Submitted by acmfox on Mon, 03/12/2018 - 6:22pm

The sky sparkled. Rain, each drop a perfect prism to catch the sun’s early rays and transform them into tiny, drifting beacons, illuminated lazy spirals from the stratosphere to earth.

Rain isn’t supposed to act that way. Yes, sometimes when the sun is right, it will catch and form rainbows. Or, when the sky is clear a  stray cloud will drop some moisture to commemorate Mr Devil taking a new bride. Rain doesn’t often sparkle, and when it falls, Mr Gravity likes to make the descent quick.

Snow sparkles, but not when it is snowing. Snow comes from dreary skies. 

Sparkling rain happens under the rarest of conditions. There can be no clouds. The sun must be shining. The rain drops themselves have to be lighter than down feathers to defeat gravity’s grip. I’ve often heard that it results when two unicorns fall in love, which is quite rare, since the likelihood of finding one unicorn is astronomically small and the chances of two unicorns finding each other is about a third of that.

The real reason for sparkling rain is no more likely, but far more mundane. There’s a factory in northern West Virginia, tucked between to mountain peaks in a pocket-sized valley that manufactures bubbles. Bubbles could be manufactured anywhere, of course, but this out-of-the-way location is ideal for secret research projects. 

One of those projects was to use bubbles to encapsulate rain drops in order to transport them from areas with too much rain, like Washington state, to areas that need it more, like southern California. But the experiment was not successful. The rain fell in Seattle; a hundred billion bubbles were released into the air to capture the rain drops. With all those bubbles, some ought to have caught moisture, but they didn’t, or the number was statistically so small as to not make a difference. Then, to further complicate matters, the bubbles did not float to the intended destination. Instead, they dropped onto the countrysides of Wales and Ireland, where the residue of the empty raindrop-sized vessels proved to be excellent fertilizer. So the company scrapped the idea of transporting rain drops by bubble and instead investigated new means of manufacturing and spreading manure. 

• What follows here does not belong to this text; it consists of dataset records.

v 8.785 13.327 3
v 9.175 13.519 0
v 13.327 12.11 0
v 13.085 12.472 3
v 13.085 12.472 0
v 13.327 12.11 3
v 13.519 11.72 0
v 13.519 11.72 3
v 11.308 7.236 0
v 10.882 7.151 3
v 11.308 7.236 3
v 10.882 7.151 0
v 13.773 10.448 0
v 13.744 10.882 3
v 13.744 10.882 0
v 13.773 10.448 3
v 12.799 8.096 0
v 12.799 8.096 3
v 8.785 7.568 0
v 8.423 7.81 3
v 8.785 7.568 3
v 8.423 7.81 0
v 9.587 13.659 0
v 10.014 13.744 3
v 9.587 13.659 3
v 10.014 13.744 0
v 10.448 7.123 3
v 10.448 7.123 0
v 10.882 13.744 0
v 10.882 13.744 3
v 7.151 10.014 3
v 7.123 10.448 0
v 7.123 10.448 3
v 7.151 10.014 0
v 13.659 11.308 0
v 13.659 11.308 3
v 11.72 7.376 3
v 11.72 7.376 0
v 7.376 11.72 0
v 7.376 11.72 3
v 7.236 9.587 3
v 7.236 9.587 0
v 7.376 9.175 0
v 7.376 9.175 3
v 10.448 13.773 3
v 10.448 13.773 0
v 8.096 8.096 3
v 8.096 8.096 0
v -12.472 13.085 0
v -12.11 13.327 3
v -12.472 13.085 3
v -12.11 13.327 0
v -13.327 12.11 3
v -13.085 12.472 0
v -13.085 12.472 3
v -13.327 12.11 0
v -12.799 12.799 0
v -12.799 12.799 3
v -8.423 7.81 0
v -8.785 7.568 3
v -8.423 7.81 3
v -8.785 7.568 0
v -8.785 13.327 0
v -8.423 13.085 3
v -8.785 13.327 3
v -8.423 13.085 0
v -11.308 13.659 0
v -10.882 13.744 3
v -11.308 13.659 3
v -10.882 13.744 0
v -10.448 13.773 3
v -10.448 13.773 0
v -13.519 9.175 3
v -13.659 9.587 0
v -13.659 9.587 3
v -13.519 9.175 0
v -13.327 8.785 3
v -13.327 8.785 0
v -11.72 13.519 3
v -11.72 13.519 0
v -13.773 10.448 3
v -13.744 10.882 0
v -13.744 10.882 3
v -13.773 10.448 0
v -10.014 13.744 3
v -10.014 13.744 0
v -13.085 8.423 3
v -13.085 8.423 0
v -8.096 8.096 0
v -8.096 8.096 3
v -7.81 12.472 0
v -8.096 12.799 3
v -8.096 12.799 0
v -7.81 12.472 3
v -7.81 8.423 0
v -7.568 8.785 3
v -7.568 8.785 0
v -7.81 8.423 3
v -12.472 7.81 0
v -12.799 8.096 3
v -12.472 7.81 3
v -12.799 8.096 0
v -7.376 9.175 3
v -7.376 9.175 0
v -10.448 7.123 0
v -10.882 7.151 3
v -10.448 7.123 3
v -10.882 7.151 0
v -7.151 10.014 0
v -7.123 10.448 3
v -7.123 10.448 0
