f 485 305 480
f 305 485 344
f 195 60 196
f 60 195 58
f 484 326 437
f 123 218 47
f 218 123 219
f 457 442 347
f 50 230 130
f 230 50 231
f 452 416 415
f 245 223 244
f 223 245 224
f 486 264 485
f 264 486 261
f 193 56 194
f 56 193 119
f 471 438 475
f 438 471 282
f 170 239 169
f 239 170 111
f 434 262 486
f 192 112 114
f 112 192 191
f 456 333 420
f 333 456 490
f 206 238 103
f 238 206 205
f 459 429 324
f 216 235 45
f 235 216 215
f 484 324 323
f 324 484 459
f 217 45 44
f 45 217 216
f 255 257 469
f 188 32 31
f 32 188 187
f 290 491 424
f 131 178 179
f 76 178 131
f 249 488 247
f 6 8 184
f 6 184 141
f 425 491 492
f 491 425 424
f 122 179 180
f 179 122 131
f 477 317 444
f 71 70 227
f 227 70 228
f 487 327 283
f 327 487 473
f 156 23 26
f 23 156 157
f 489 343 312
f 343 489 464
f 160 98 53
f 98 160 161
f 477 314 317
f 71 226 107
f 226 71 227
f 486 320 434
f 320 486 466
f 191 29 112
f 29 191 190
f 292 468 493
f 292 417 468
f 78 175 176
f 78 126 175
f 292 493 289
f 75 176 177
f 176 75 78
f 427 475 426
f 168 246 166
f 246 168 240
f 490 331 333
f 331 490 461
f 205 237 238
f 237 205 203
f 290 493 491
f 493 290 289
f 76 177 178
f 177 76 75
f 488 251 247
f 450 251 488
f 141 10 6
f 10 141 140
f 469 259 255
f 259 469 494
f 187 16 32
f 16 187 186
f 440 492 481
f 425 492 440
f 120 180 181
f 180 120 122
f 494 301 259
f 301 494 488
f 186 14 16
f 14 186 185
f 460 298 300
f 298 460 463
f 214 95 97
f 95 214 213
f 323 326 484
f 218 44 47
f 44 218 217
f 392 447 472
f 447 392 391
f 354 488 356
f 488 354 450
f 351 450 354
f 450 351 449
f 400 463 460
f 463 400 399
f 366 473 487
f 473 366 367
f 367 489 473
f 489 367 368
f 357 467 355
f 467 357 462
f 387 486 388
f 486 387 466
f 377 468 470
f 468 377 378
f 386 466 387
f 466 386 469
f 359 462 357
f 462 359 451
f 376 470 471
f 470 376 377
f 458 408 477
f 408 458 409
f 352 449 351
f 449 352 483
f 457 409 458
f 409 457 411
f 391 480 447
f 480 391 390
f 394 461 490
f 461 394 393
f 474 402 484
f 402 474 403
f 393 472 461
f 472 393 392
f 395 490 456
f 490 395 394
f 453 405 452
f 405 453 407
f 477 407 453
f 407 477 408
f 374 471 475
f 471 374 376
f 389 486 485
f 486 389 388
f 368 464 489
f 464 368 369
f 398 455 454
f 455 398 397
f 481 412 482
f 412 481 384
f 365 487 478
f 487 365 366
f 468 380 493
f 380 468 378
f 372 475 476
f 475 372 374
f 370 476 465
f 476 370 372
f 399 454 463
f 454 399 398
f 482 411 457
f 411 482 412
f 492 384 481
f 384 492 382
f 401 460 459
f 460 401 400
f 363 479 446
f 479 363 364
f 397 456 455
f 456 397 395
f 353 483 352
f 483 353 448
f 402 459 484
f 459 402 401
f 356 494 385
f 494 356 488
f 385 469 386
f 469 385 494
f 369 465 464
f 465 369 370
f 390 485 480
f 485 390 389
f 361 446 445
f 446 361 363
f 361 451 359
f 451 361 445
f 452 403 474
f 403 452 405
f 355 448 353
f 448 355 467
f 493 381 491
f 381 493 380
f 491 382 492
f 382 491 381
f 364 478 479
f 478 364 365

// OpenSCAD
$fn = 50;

It’s guessed that around one hundred million of the bubbles never made it to ground, but got caught by the prevailing winds and have created a loose structure that floats high above the temperate zone. The entity is currently calculated to extend over about two cubic miles, although at its density it is invisible to the naked eye. It grows by absorbing moisture. Some of the moisture is later released as sparkling rain while a portion is retained to become part of the floating mass. In this way, the structure is growing, albeit slowly. In twenty years, it is estimated that there will be enough density to be visible by observers on the ground. The guess is that it will appear as a sparkling, fluffy cloud.

The public has been told the unicorn story. Not all believe it, but since there appears to be nothing dangerous in the rain, it’s a good way to keep the population calm until we understand more. If they knew it was man-made rather than a natural occurrence, there would be more clamoring for investigations and the like. It is being studied, of course, but we prefer to stay out of the limelight.